Process model basics

Generally a process can have other processes as parts, and can have instances with start and end times associated with them. A planned process is carried out by agent(s) who are guided by some kind of plan specification, an ICE which has objective and action components. A study design and its protocol part(s) are subclasses of plan specification. This is documented in the Core Classes page.

A process / datum model diagram shows how material entities or data items can be an input or output of some process. This diagram often includes parts of entity property diagrams in order to reference components as inputs or in aboutness clauses.

The assay process diagram to right details axioms that enable types of assay to inherit requirements: [paraphrasing] that an assay input is a material entity playing an evaluant role, and that an assay outputs one or more data items.

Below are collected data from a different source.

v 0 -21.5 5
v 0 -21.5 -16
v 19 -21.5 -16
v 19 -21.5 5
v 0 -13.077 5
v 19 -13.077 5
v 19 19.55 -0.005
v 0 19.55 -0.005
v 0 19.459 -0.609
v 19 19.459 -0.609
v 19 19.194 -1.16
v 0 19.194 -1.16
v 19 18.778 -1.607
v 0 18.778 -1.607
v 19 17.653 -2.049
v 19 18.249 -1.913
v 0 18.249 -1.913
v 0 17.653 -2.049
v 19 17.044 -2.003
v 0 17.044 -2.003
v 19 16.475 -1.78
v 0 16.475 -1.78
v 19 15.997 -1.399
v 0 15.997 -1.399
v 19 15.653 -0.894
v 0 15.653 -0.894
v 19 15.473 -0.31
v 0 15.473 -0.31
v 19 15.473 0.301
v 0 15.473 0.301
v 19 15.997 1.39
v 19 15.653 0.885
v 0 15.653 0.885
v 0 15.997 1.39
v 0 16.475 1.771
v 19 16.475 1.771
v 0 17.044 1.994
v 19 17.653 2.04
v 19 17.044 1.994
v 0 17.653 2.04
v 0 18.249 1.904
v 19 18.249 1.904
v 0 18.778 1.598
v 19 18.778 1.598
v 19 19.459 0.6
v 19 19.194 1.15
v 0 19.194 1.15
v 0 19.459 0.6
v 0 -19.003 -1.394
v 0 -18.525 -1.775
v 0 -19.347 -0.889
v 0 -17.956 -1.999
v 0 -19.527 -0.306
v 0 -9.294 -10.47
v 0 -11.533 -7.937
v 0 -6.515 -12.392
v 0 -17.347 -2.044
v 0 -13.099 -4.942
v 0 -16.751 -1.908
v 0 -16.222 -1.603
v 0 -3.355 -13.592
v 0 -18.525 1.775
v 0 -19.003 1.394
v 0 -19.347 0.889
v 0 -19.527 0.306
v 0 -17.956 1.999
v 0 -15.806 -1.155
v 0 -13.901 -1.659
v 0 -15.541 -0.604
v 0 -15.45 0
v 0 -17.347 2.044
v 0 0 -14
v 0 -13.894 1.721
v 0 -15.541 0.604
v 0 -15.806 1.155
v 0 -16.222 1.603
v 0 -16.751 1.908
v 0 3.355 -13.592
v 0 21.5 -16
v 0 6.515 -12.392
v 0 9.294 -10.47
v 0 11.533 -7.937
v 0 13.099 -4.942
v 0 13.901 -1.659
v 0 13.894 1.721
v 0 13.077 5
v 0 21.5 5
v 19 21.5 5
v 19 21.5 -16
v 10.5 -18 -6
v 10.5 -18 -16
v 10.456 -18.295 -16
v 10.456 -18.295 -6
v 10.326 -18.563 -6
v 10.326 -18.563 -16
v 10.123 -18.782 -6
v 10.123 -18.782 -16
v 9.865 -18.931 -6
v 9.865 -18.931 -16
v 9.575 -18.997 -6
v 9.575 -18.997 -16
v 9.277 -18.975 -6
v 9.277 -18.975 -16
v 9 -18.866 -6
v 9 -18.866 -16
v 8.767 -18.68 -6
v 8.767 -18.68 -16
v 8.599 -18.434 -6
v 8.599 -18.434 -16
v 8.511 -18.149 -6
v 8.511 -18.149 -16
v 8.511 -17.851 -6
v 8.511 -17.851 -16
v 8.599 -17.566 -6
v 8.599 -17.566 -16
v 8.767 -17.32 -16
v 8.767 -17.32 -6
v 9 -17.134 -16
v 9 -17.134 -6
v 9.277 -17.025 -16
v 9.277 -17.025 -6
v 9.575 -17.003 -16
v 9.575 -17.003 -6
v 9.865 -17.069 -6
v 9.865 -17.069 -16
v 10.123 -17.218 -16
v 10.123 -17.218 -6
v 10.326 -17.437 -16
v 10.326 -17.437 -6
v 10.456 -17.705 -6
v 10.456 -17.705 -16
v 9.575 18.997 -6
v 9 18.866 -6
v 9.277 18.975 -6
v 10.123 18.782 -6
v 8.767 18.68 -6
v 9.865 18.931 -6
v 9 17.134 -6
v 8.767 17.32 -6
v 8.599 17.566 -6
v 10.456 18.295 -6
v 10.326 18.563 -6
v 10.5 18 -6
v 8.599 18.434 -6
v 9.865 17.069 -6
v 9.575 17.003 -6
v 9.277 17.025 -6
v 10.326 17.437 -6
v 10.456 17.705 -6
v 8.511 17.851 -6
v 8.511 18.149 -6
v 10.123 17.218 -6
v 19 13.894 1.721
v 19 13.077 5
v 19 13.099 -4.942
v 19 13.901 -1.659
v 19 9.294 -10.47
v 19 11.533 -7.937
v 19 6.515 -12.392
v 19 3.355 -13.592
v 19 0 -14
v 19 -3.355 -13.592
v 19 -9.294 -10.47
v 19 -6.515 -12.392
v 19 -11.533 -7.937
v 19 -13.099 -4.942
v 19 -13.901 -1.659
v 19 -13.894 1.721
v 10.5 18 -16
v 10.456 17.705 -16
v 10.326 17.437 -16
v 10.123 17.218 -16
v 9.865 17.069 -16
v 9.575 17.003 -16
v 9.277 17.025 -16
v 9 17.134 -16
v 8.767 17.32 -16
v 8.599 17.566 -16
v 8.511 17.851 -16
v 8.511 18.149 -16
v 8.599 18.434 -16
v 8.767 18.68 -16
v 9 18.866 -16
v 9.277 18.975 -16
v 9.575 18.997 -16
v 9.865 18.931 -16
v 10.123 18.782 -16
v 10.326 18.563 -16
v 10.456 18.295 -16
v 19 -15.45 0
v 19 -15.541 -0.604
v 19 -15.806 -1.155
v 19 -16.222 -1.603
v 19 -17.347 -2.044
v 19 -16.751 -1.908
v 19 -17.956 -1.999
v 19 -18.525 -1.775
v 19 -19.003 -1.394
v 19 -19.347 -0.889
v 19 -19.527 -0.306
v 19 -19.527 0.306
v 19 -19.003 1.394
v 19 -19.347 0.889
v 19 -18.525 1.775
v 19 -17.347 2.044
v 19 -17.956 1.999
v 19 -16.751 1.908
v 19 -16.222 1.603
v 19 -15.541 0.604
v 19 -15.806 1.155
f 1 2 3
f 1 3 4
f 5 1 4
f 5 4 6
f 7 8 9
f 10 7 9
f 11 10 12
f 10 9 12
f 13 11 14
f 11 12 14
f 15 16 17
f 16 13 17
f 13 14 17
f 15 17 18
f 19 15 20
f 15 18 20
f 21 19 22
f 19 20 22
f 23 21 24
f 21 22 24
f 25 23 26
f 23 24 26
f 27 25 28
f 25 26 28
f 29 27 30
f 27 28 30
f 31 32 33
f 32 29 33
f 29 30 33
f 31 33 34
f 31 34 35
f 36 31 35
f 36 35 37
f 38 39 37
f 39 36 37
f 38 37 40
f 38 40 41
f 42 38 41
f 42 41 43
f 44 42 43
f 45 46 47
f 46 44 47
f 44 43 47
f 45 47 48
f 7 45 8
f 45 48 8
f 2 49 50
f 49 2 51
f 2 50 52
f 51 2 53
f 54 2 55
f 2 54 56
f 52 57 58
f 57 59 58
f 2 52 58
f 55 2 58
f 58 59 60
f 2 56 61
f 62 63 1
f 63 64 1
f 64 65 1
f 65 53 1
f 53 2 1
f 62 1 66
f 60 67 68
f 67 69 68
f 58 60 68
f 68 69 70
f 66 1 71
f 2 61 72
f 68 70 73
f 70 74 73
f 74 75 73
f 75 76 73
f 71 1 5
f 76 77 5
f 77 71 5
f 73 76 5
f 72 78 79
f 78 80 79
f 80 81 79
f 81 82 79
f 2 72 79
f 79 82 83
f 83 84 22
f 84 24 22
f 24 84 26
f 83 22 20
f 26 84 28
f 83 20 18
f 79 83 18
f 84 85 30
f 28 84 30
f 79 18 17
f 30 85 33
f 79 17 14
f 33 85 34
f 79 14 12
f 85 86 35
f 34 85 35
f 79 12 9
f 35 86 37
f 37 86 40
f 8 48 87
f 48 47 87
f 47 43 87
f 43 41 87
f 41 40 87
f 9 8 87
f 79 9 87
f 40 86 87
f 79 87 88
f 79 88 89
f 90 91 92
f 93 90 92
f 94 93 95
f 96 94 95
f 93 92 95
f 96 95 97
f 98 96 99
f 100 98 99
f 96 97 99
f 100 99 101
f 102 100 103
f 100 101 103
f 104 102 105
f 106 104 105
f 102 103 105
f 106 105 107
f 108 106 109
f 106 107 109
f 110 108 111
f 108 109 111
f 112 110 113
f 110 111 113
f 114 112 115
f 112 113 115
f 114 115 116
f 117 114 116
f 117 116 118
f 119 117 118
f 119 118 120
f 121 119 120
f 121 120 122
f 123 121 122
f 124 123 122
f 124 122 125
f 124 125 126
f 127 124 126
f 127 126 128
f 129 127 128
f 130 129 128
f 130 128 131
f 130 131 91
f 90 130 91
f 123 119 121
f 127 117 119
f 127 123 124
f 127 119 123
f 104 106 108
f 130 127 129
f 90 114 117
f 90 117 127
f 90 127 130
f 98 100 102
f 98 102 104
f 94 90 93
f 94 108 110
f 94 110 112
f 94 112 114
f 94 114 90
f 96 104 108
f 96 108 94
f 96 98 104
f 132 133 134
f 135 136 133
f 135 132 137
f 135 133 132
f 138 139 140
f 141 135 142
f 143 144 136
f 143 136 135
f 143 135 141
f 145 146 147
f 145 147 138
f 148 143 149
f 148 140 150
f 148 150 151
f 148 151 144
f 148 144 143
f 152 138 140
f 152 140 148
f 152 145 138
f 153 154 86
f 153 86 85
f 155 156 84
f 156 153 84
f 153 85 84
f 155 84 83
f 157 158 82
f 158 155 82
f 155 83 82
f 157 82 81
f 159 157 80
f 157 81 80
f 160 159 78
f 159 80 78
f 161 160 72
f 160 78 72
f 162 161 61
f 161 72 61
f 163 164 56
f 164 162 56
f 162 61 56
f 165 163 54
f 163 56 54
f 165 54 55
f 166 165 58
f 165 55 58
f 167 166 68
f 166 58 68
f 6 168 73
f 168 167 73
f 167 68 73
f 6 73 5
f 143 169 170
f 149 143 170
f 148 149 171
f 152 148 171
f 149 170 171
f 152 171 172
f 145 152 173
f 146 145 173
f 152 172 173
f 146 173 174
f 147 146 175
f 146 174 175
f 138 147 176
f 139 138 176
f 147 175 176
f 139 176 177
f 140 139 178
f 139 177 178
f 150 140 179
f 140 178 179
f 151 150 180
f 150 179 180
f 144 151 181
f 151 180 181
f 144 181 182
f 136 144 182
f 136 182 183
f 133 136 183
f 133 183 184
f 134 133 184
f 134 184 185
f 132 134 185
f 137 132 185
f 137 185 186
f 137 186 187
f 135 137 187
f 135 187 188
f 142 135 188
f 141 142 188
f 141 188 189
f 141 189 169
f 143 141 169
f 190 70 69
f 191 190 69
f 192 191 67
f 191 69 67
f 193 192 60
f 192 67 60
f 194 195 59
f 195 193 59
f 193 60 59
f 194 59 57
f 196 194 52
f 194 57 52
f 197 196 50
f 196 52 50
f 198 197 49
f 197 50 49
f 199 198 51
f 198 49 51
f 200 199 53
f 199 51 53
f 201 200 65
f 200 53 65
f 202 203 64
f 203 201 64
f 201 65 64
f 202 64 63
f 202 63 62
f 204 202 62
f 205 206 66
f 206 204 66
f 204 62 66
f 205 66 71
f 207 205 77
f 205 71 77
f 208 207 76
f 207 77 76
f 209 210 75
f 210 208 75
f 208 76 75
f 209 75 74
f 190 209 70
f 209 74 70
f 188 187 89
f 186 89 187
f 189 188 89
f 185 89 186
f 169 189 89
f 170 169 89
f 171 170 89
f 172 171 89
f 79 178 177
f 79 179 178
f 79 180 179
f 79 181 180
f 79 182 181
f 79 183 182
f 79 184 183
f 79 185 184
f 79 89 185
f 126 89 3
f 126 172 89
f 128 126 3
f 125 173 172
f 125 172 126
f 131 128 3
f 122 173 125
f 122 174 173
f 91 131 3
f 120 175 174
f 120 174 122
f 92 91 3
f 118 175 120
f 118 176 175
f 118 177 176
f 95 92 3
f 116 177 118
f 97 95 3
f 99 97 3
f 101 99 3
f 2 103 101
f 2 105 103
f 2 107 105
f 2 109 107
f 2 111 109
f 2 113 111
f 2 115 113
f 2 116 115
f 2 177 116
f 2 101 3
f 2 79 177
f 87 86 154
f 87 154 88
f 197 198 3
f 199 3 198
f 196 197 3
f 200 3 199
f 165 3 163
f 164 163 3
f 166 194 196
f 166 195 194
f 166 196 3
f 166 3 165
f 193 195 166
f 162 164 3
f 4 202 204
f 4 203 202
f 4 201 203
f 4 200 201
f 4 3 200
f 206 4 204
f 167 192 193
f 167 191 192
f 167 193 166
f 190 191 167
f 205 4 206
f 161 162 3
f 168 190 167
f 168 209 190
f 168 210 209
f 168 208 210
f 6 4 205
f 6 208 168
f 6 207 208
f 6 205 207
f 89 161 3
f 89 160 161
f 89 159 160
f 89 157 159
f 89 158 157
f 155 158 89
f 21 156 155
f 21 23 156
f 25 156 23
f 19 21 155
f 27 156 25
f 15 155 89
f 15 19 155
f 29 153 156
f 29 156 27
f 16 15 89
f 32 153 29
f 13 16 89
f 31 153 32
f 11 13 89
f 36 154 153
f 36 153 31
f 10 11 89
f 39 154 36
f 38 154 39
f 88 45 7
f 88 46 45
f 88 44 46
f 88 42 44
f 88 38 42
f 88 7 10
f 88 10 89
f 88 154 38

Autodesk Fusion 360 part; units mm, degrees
sketch "Sketch1" plane through (0, 0, 0) normal (1, 0, 0) x (0, 1, 0)
  line L0 (21.5, 5) -> (21.5, -16)
  line L1 (21.5, -16) -> (-21.5, -16)
  line L2 (-21.5, -16) -> (-21.5, 5)
  line L3 (-21.5, 5) -> (-13.0767, 5)
  line L4 (13.0767, 5) -> (21.5, 5)
  arc A0 (-13.0767, 5) -> (13.0767, 5) centre (0, 0) ccw
  circle A1 centre (17.5, -0.0047) radius 2.05
  circle A2 centre (-17.5, 0) radius 2.05
  dimension "d44" = 28
  dimension "d47" = 16
  dimension "d48" = 5
  dimension "d49" = 4.1
  dimension "d50" = 21.5
  dimension "d51" = 21.5
  dimension "d52" = 17.5
  dimension "d56" = 4.1
  dimension "d57" = 17.5
extrude "Extrude1" add sketch "Sketch1" along normal blind 19
sketch "Sketch2" plane through (0, 0, 0) normal (1, 0, 0) x (0, 1, 0)
  line L0 (21.5, 3.5453) -> (21.5, -0.0047)
  point P0 (15.45, -0.0047)
  point P1 (17.5, -0.0047)
  dimension "d62" = 4
sketch "Sketch3" plane through (0, 0, -16) normal (0, 0, -1) x (1, 0, 0)
  line L0 (0, 21.5) -> (0, -21.5)
  line L1 (0, -21.5) -> (19, -21.5)
  line L2 (19, -21.5) -> (19, 21.5)
  line L3 (19, 21.5) -> (0, 21.5)
  line L4 (9.5, 25) -> (9.5, -29)
  dimension "d63" = 9.5
sketch "Sketch4" plane through (0, 0, -16) normal (0, 0, -1) x (1, 0, 0)
sketch "Sketch5" plane through (0, 0, 0) normal (1, 0, 0) x (0, 1, 0)
  line L0 (-19.794, -16) -> (-15.6772, -16)
  dimension "d64" = 4.1168
  dimension "d65" = 4.1168
sketch "Sketch6" plane through (0, 0, -16) normal (0, 0, -1) x (1, 0, 0)
  circle A0 centre (9.5, 18) radius 1
  line L0 (19, 21.5) -> (0, 21.5)
  circle A1 centre (9.5, -18) radius 1
  line L1 (0, -21.5) -> (19, -21.5)
  dimension "d66" = 2
  dimension "d67" = 3.5
  dimension "d68" = 2
  dimension "d69" = 3.5
extrude "Extrude2" cut sketch "Sketch6" against normal blind 10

The next example shows a mass measurement assay which takes in some material and outputs a mass measurement datum. The output datum is stated to be a measure of (only) mass quality. The is quality measurement of object property is actually a sub-property of is about which is used when the target of aboutness is a quality.

The Abox shows John as an input (standing on a scale, say), and documents that a mass measurement datum has been taken by the mass measurement assay. A process modeller can work at this more abstract level, avoiding references to specific protocols or instruments involving, say, units of measure. Alternately, by merging process modelling with specific value specifications (described below), we can describe particular equipment used in an experimental protocol or execution - say a brand and model of weight scale that is only capable of measuring in grams. (That level of detail promotes an ontology-driven plug-and-play future of equipment selection and protocol design.)

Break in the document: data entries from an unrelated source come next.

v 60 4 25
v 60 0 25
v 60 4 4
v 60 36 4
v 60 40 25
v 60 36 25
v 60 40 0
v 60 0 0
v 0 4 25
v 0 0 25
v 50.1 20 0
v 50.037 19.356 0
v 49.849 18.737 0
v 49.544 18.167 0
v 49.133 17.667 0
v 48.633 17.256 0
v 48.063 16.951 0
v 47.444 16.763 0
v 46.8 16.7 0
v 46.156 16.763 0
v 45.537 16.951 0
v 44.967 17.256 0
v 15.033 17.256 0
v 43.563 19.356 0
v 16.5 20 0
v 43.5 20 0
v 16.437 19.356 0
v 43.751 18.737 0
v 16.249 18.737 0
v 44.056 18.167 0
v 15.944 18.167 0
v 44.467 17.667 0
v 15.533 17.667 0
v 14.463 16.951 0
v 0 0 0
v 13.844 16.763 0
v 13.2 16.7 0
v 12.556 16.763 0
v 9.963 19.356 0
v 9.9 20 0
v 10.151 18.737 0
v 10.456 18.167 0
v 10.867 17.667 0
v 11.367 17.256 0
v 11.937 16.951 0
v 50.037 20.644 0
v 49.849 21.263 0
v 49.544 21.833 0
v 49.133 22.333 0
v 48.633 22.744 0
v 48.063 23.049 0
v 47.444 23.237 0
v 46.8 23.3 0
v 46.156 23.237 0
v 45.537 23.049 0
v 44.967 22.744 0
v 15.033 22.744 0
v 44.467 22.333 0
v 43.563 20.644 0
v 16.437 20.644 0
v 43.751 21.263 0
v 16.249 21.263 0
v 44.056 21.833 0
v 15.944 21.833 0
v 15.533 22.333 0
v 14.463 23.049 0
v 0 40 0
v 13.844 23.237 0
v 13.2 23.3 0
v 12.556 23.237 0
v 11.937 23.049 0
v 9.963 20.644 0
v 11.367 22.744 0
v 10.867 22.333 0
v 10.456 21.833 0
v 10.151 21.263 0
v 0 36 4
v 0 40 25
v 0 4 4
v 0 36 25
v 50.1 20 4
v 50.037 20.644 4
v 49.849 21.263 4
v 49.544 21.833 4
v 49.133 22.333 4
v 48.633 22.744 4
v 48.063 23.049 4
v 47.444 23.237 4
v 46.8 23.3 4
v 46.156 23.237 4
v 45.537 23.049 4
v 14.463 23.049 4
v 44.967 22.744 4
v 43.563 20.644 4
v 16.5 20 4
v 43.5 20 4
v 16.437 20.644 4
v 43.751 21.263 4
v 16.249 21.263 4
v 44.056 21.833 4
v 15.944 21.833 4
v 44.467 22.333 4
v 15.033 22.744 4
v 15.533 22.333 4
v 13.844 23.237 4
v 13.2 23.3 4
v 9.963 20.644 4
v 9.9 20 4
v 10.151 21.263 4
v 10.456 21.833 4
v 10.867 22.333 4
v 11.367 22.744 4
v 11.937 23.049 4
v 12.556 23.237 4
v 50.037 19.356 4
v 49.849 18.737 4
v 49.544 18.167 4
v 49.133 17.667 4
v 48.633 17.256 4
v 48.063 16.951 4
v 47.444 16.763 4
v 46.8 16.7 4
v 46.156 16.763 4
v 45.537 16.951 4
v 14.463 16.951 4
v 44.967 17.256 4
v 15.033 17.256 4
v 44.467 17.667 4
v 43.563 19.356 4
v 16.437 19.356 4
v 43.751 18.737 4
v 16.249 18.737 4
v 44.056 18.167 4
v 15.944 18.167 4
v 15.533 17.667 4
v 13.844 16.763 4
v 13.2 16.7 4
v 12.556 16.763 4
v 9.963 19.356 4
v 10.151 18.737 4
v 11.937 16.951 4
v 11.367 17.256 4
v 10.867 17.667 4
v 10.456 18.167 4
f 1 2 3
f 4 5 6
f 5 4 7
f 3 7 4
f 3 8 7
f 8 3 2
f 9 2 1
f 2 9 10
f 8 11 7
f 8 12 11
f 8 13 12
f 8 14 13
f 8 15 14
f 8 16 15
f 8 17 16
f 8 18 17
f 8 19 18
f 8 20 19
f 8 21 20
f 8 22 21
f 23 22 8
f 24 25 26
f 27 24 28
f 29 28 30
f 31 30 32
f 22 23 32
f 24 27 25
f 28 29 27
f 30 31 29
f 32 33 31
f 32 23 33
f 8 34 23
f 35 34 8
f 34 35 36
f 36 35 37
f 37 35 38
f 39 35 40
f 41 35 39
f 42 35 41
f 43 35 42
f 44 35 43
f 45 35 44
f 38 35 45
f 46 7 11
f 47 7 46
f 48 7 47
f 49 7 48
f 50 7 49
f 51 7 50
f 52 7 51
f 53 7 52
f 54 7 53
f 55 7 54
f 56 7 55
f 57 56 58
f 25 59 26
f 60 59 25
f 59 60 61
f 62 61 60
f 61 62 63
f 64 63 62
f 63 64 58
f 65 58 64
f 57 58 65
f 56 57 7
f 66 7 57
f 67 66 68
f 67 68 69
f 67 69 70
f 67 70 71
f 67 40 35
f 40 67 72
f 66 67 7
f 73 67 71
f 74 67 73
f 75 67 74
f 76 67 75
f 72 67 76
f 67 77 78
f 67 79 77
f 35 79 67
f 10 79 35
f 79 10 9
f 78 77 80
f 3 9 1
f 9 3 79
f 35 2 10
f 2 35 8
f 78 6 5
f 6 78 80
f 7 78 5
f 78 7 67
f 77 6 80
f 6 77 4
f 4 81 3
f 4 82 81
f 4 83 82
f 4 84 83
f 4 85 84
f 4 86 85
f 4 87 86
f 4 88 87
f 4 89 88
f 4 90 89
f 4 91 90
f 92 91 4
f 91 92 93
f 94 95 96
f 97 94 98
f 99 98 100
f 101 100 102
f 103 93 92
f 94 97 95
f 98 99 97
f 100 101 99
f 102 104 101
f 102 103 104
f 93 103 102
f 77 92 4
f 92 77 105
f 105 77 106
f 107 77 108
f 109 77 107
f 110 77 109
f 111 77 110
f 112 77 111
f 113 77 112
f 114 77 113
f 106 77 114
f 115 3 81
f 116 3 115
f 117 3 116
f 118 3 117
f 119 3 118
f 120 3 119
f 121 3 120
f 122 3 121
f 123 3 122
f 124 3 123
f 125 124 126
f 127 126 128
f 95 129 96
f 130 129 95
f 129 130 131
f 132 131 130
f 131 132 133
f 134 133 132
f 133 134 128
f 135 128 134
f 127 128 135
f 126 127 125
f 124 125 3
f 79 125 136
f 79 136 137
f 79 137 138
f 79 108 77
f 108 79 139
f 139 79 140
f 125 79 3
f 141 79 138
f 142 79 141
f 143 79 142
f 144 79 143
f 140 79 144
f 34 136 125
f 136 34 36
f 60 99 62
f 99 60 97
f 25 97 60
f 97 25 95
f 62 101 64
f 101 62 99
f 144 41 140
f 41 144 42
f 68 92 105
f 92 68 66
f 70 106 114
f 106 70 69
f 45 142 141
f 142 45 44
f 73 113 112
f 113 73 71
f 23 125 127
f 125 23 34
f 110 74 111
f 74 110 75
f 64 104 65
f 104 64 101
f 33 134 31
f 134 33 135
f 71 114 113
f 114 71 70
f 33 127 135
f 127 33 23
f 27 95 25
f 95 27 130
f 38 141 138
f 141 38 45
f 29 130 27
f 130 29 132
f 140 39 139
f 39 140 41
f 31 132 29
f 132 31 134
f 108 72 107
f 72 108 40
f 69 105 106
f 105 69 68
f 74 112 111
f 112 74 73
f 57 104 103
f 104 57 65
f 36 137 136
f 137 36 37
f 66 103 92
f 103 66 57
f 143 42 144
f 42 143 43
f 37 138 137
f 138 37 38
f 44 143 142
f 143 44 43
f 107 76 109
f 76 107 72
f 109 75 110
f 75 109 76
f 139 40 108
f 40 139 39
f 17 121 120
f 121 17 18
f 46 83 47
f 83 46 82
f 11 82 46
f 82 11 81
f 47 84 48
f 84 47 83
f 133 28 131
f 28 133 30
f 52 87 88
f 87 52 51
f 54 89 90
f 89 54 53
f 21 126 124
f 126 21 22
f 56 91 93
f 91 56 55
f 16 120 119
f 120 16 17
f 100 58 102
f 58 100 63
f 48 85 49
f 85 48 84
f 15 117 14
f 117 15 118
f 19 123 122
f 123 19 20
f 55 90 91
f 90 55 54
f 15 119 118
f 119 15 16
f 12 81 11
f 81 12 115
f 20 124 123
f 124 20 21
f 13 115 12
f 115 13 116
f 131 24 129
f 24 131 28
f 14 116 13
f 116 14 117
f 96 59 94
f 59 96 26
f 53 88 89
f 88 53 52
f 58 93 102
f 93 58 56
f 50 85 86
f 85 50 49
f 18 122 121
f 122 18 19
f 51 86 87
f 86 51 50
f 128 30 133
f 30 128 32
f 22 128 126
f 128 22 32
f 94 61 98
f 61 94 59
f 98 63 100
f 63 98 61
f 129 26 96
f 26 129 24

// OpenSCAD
$fn = 32;

// ----------------------------------------------------------------------
// U-bracket: 60 x 40 x 25 mm
// ----------------------------------------------------------------------

// --- parameters (mm) ---
rail_len = 60;            // outer length, X
jaw_w = 40;               // outer width, Y
jaw_h = 25;               // upright height, Z
web_t = 4;                // wall thickness
hole_d = 6.6;             // clearance for M6

module hole_z(px, py) {
  translate([px, py, -0.5]) cylinder(h = web_t + 1, d = hole_d);
}
module hole_y_pz(pz) {
  /* through both uprights along Y */
  translate([0, -0.5, pz]) rotate([-90, 0, 0]) cylinder(h = jaw_w + 1, d = hole_d);
}

module base() {
  cube([rail_len, jaw_w, web_t]);
}

module uprights() {
  cube([rail_len, web_t, jaw_h]);
  translate([0, jaw_w - web_t, 0]) cube([rail_len, web_t, jaw_h]);
}

difference() {
  union() {
    base();
    uprights();
  }
  hole_z(13.2, 20);
  hole_z(46.8, 20);
}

Processes with inputs playing roles

Mark’s doctor/patient interaction event example here….

Processes can have other participants besides inputs and outputs, such as operators and material consumables.

Process parts

Here is a representation of a patient’s HPV status, adapted from “Ontology-Enhanced Representations of Non-image Data in The Cancer Imaging Archive”. It illustrates that one may want to record the input to a subprocess and the output of a more abstract process, in this case involving an assay as part of a diagnostic process.

Material processing

Processes don’t necessarily generate information products. The OBI material processing class covers many kinds of process such as sample preparation, manufacturing, and staining. Processed specimen is likely needed as part of experimental protocol modeling involving biosamples. It remains a material entity, rather than a data item that assays output.